The result of these processes is pain, numbness, and tingling in the wrist, hand, and fingers. Only the little finger is unaffected by the median nerve.

Symptoms

Symptoms of carpal tunnel syndrome usually progress gradually over weeks and months, or sometimes years. Anyone with recurrent or persistent pain, numbness and tingling, or weakness of the hand should consult a doctor for a diagnosis. Symptoms often develop as follows:

  • Initial symptoms include pain in the wrist and palm side of the hand. Problems commonly occur in both hands. (Even when only one hand is painful, the other hand often shows signs of nerve conduction abnormalities when tested.)
  • Early on, the patient also usually reports numbness, tingling, burning, or some combination of symptoms on the palm side of the index, middle, and ring fingers. (Typically the fifth finger has no symptoms.) Such sensations may radiate to the forearm or shoulder.
  • Over time, the hand may become numb, and patients may lose the ability to feel heat and cold. Patients may experience a sense of weakness and a tendency to drop things.
  • Patients may feel that their hands are swollen even though there is no visible swelling. This symptom may actually prove to be an important indicator of greater CTS severity.

Symptoms may occur not only when the hand is being used but also at night when the patient is at rest. Even in cases where work is the suspected cause, symptoms typically first occur outside of work. In fact, the disorder may be distinguished from similar conditions by pain that occurs at night after going to bed.

Causes

Biological Causes. Carpal tunnel syndrome is considered an inflammatory disorder caused by repetitive stress, physical injury, or a medical condition. It is often very difficult, however, to determine the precise cause of carpal tunnel syndrome. No tests are available to identify a specific cause. Except in patients with certain underlying diseases, the biological mechanisms leading to carpal tunnel syndrome are unknown.

Working Conditions versus Medical Problems. Although some studies suggest that more than half of CTS cases are associated with workplace factors, there is no strong evidence of a cause-and-effect relationship. In fact, most studies now strongly suggest that carpal tunnel syndrome is primarily associated with medical or physical conditions such as diabetes, osteoarthritis, hypothyroidism, and rheumatoid arthritis.

CTS also tends to occur in people with certain genetic or environmental risk factors. These risk factors include obesity, smoking, alcohol abuse, or significant mental stress. CTS sometimes runs in families, which suggests that it has some type of genetic origin. When people who are susceptible to CTS are subjected to repetitive hand or wrist work, the risk for CTS can become significant. CTS, then, is very likely to be due to a combination of factors that lead to nerve damage in the hand.

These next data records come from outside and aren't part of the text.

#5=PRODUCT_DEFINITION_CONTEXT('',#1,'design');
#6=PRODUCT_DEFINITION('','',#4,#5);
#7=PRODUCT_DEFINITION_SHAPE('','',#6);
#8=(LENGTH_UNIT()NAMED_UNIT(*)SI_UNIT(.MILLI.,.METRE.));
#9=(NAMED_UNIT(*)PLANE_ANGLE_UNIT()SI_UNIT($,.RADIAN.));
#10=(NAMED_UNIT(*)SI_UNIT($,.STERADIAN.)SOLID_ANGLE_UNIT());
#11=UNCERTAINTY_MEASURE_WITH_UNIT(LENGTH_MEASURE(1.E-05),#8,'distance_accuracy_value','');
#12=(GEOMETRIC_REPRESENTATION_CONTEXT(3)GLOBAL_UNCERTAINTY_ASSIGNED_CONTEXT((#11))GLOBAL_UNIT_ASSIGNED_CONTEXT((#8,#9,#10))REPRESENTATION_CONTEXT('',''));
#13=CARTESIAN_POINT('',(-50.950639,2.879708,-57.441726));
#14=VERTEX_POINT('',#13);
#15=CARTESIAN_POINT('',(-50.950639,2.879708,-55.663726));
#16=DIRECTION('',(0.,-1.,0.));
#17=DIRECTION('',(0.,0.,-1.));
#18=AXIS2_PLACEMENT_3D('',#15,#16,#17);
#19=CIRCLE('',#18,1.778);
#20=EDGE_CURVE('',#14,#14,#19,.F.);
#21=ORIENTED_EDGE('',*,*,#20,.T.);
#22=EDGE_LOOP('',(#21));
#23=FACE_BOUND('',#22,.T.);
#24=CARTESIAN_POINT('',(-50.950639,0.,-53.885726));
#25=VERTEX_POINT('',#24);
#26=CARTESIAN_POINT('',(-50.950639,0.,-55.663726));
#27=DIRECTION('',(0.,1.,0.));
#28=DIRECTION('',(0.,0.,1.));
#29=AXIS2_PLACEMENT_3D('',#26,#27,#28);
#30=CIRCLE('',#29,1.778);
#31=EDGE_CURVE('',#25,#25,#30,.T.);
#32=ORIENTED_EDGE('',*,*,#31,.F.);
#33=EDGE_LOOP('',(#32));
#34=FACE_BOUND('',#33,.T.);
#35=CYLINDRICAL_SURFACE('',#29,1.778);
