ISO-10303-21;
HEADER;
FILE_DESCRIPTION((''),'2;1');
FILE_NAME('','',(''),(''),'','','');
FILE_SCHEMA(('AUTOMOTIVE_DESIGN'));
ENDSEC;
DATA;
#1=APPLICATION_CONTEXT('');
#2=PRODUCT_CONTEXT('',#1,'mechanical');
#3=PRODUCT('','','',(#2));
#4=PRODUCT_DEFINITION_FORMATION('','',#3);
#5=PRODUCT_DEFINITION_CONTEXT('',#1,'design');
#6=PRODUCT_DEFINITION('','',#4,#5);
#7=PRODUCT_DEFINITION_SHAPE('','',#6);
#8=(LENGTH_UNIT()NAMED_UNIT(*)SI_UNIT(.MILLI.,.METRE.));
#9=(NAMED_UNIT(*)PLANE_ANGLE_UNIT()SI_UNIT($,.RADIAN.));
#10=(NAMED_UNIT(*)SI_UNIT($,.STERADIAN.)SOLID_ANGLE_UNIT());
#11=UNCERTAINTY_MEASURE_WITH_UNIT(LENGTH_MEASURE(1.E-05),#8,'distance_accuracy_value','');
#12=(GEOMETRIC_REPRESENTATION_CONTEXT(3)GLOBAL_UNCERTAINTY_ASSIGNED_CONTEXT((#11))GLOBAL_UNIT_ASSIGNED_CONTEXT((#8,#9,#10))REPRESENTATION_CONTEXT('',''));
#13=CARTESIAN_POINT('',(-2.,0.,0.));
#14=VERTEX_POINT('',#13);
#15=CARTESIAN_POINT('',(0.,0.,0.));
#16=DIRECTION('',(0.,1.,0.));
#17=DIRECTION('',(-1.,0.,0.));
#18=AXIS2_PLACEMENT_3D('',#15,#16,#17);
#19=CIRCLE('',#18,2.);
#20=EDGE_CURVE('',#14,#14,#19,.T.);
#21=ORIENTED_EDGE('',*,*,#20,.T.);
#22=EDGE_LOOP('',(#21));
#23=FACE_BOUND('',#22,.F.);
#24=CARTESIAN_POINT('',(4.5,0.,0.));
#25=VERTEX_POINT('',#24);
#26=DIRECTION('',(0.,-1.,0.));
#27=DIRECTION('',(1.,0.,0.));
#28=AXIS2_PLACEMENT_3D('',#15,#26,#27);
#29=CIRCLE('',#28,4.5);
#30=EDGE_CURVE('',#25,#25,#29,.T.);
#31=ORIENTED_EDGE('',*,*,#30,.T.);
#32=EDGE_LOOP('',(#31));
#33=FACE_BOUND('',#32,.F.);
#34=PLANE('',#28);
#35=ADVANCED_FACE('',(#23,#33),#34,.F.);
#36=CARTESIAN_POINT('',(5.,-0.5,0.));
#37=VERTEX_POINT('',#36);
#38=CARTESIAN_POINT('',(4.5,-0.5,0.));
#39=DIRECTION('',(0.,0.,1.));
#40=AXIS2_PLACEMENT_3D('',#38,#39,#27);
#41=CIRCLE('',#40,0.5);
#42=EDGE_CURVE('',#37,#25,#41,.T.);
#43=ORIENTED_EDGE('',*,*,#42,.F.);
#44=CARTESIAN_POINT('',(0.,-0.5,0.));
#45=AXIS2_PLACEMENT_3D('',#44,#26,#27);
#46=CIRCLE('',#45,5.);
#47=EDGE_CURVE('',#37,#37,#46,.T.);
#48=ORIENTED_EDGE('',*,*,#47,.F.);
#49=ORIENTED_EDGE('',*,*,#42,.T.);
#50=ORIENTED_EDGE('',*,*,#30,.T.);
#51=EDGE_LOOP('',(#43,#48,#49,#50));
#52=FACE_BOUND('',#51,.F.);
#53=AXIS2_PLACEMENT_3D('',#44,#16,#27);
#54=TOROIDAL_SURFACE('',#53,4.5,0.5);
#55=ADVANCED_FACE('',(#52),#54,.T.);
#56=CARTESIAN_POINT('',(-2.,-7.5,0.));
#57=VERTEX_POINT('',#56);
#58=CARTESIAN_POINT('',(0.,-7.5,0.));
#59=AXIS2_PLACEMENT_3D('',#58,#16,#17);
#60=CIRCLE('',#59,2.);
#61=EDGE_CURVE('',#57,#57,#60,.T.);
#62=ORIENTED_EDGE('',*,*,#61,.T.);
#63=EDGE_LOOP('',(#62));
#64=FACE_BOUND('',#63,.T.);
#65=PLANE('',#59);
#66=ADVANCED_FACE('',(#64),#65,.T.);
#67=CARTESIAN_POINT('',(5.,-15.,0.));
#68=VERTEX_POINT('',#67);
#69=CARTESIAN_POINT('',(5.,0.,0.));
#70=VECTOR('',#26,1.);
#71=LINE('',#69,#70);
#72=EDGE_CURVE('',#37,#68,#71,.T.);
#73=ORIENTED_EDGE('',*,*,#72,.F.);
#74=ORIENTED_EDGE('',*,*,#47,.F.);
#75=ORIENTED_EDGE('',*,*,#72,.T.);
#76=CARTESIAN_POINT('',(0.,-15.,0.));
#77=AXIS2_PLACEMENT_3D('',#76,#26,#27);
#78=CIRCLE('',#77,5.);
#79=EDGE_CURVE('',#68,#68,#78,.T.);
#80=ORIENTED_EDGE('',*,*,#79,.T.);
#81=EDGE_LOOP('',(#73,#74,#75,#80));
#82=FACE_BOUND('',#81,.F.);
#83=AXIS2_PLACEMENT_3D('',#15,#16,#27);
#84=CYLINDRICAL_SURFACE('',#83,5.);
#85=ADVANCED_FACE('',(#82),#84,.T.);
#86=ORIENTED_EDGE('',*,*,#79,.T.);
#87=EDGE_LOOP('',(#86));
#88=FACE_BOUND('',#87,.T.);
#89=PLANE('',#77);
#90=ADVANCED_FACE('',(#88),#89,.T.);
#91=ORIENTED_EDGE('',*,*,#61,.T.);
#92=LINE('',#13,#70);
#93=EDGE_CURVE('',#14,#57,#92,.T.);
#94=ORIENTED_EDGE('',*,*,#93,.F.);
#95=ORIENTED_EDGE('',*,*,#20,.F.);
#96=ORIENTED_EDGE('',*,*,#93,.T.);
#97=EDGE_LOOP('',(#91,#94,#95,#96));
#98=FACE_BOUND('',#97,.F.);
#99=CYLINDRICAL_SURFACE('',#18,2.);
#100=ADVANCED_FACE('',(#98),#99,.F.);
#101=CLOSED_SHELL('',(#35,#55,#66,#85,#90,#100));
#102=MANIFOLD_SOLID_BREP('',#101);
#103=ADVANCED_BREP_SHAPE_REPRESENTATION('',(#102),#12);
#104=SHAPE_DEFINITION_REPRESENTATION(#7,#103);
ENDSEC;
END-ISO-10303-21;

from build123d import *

# Parameters (mm, degrees)
F0_R     = 5
F1_DEPTH = 15
F2_R     = 0.5
F3_R     = 2
F4_DEPTH = 7.5


with BuildPart() as f1:
    # F0 (on Front) → F1 (new body)
    with BuildSketch(Plane.XZ):
        Circle(F0_R)
    extrude(amount=F1_DEPTH)

    # F2
    f2_edges = [f1.edges().sort_by_distance(p)[0] for p in [
        (-5, 0, 0),
    ]]
    fillet(f2_edges, radius=F2_R)

    # F3 (on face) → F4 (cut)
    with BuildSketch(Plane(origin=(0, 0, 0), x_dir=(-1, 0, 0), z_dir=(0, 1, 0))):
        Circle(F3_R)
    extrude(amount=-F4_DEPTH, mode=Mode.SUBTRACT)


solid = f1.part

Work-Related Issues and Carpal Tunnel Syndrome

High Force and Vibration. Even though medical and physical conditions may be the initial culprits leading to CTS, certain working conditions may be linked to nerve damage. Work that involves high force or vibration is particularly hazardous, as is repetitive hand and wrist work in cold temperatures.

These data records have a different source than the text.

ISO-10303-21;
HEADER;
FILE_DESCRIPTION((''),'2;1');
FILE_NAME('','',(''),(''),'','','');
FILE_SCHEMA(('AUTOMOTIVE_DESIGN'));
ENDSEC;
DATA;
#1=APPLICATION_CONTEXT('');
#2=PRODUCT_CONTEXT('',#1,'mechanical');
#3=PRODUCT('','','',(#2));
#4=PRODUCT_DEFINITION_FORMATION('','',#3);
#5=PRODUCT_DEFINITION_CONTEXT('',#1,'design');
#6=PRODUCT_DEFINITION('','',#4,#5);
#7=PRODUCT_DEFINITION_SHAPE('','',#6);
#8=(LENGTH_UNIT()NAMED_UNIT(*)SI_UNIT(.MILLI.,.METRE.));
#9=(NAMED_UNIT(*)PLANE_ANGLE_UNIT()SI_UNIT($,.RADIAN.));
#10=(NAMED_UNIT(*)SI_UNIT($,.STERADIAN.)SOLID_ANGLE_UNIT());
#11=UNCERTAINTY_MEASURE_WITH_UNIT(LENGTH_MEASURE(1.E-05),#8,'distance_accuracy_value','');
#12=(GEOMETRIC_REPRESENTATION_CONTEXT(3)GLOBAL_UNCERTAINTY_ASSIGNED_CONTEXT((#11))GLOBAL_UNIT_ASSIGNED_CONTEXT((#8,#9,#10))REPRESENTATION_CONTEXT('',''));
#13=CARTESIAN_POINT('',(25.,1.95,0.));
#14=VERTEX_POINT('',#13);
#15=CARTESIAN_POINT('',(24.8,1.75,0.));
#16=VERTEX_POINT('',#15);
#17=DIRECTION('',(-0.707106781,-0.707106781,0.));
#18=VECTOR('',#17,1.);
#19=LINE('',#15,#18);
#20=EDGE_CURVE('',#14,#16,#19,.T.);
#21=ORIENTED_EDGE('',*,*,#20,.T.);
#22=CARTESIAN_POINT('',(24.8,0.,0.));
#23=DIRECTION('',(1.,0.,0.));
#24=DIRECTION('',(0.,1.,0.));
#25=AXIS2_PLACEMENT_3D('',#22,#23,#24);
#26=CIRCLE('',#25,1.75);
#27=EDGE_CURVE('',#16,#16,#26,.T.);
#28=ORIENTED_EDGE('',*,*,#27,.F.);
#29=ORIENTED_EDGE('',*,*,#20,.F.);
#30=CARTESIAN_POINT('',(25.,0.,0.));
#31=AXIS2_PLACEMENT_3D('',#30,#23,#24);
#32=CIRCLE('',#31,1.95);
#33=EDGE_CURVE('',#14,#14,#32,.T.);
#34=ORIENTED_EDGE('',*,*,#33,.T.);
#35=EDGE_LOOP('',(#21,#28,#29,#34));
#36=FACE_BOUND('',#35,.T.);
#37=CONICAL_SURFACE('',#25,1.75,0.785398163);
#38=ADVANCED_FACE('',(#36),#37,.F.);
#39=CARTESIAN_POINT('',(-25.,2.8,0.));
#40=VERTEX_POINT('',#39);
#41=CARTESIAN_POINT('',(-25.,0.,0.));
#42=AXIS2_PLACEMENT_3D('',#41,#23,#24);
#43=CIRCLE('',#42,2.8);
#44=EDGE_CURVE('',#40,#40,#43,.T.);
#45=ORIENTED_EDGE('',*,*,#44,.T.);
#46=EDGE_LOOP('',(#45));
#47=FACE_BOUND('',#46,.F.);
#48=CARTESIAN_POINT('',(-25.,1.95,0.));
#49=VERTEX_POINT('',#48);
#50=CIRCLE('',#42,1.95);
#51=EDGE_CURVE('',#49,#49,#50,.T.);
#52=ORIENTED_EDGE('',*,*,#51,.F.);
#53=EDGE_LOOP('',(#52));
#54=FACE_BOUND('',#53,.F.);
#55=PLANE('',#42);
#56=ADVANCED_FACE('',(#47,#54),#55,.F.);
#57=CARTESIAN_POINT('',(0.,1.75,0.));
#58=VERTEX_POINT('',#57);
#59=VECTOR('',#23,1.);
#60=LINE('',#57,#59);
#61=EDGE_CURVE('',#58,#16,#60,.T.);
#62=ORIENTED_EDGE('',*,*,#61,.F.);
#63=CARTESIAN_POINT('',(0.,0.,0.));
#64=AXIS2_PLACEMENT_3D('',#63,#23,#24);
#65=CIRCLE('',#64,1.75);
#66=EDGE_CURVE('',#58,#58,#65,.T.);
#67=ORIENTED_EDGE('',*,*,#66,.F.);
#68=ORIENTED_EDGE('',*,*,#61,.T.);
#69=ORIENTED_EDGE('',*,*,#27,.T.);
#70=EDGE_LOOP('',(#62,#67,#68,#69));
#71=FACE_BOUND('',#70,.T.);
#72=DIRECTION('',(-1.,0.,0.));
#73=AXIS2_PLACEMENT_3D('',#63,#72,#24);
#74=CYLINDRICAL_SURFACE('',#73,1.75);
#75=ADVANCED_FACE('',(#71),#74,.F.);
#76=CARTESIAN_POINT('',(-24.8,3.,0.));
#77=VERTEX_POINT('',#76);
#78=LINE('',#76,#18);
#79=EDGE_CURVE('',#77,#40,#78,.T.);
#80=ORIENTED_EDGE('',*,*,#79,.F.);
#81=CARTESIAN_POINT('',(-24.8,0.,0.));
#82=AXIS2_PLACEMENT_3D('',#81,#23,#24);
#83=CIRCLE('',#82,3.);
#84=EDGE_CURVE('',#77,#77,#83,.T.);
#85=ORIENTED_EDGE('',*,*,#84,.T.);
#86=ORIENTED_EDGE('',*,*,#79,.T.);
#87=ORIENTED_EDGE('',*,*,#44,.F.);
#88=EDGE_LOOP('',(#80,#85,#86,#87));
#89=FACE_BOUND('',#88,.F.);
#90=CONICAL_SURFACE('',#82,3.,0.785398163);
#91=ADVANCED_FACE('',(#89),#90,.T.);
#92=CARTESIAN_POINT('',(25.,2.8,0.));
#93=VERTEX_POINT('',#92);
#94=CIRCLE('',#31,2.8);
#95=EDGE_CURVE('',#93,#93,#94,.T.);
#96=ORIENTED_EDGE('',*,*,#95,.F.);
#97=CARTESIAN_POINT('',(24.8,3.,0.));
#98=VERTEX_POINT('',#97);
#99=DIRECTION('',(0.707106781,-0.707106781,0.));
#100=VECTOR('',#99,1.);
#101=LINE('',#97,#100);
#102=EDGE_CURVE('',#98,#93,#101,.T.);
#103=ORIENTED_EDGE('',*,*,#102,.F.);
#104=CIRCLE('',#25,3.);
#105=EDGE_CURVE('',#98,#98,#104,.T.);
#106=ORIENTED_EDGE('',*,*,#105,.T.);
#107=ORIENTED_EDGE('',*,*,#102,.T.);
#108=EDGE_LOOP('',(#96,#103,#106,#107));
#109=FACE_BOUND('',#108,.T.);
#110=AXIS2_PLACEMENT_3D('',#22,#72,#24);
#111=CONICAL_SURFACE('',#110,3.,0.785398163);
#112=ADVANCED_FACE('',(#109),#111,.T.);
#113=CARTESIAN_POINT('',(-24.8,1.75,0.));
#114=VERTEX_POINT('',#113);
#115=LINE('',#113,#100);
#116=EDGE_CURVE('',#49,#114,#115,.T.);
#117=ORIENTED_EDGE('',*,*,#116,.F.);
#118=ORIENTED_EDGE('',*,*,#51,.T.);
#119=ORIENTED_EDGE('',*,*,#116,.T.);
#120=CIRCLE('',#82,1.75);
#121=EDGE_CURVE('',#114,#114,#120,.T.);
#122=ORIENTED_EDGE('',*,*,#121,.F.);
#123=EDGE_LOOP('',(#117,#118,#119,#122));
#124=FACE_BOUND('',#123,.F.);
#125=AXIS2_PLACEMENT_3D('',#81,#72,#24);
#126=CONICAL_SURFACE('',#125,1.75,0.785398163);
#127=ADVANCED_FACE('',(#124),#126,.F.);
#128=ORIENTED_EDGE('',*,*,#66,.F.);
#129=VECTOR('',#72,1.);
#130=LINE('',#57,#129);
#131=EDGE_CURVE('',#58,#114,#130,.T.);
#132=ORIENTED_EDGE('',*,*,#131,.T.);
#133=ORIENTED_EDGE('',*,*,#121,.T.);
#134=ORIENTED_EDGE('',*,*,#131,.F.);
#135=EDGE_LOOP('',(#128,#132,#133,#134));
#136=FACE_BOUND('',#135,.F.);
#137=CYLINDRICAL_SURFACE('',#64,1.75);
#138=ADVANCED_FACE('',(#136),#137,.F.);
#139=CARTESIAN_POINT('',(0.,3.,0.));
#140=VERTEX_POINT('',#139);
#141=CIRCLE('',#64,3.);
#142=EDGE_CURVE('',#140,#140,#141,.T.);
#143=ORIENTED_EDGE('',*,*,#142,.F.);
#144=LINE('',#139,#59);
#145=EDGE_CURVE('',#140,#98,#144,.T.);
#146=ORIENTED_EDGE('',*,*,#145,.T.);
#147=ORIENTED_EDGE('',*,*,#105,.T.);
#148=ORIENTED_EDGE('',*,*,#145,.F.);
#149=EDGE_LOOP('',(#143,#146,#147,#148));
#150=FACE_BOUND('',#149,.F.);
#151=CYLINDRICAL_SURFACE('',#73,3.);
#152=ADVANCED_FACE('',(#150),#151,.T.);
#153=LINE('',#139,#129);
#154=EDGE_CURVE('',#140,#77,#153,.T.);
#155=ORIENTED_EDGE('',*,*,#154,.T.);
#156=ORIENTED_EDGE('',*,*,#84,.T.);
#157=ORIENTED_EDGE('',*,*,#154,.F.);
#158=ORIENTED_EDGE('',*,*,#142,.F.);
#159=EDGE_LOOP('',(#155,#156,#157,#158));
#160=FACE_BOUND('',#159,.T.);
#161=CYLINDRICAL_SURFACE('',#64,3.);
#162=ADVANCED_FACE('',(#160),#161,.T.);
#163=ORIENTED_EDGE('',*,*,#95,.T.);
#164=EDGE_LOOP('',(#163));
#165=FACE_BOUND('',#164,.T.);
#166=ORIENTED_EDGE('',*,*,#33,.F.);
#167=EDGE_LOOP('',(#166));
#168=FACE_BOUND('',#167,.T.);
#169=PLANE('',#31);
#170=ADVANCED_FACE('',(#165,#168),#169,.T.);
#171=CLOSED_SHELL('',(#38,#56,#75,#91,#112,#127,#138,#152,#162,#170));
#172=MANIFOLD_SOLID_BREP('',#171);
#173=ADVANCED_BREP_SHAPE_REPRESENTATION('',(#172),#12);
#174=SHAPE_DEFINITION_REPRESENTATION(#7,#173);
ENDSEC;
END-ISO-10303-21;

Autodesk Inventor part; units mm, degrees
ref_plane "YZ Plane" through (0, 0, 0) normal (1, 0, 0) x (0, 1, 0)
ref_plane "XZ Plane" through (0, 0, 0) normal (0, 1, 0) x (-1, 0, 0)
ref_plane "XY Plane" through (0, 0, 0) normal (0, 0, 1) x (1, 0, 0)
sketch "スケッチ1" plane through (0, 0, 0) normal (1, 0, 0) x (0, 1, 0)
  circle A0 centre (0, 0) radius 3
  circle A1 centre (0, 0) radius 1.75
  dimension "d0" = 6
  dimension "d6" = 3.5
extrude "押し出し1" add sketch "スケッチ1" along normal mid plane 50
chamfer "面取り1" distance 0.2 angle 45 4 edges at (25, -3, 0) (-25, -3, 0) (25, -1.75, 0) (-25, -1.75, 0)
properties part number "KNEE_DRIVER_SHAFT"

In addition to CTS, other disorders of the hand and wrist result from these work-related movements. They include the following:

  • Hand-arm vibration syndrome — tingling and numbness that persist even after the vibration stops
  • Cumulative trauma (repetitive stress) disorder
  • Overuse syndromes
  • Chronic upper limb pain syndrome

All of these problems are generally associated with repetitive and forceful use of the hands, resulting in damaged muscles and bones of the upper arms.